(Records from a dataset)
Segment Open

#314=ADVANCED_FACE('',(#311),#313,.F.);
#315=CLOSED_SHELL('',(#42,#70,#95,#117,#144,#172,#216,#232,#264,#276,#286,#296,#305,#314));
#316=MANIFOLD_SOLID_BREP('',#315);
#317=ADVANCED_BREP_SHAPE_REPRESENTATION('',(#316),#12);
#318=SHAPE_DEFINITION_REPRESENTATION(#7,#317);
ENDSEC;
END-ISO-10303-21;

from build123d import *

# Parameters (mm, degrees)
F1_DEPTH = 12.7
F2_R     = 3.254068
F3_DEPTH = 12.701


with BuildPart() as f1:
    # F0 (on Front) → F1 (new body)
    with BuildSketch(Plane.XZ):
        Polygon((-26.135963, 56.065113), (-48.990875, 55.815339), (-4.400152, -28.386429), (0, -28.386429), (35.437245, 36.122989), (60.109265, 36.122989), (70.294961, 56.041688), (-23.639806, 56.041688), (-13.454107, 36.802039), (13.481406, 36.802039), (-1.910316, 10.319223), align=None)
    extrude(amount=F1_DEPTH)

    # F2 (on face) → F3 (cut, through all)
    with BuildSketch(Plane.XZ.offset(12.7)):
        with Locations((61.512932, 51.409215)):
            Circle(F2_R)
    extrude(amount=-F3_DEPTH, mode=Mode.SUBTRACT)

Segment Closed

■ Work task ■
Every entry above should come back exactly as written.

■ Expected output ■
#314=ADVANCED_FACE('',(#311),#313,.F.);
#315=CLOSED_SHELL('',(#42,#70,#95,#117,#144,#172,#216,#232,#264,#276,#286,#296,#305,#314));
#316=MANIFOLD_SOLID_BREP('',#315);
#317=ADVANCED_BREP_SHAPE_REPRESENTATION('',(#316),#12);
#318=SHAPE_DEFINITION_REPRESENTATION(#7,#317);
ENDSEC;
END-ISO-10303-21;

from build123d import *

# Parameters (mm, degrees)
F1_DEPTH = 12.7
F2_R     = 3.254068
F3_DEPTH = 12.701


with BuildPart() as f1:
    # F0 (on Front) → F1 (new body)
    with BuildSketch(Plane.XZ):
        Polygon((-26.135963, 56.065113), (-48.990875, 55.815339), (-4.400152, -28.386429), (0, -28.386429), (35.437245, 36.122989), (60.109265, 36.122989), (70.294961, 56.041688), (-23.639806, 56.041688), (-13.454107, 36.802039), (13.481406, 36.802039), (-1.910316, 10.319223), align=None)
    extrude(amount=F1_DEPTH)

    # F2 (on face) → F3 (cut, through all)
    with BuildSketch(Plane.XZ.offset(12.7)):
        with Locations((61.512932, 51.409215)):
            Circle(F2_R)
    extrude(amount=-F3_DEPTH, mode=Mode.SUBTRACT)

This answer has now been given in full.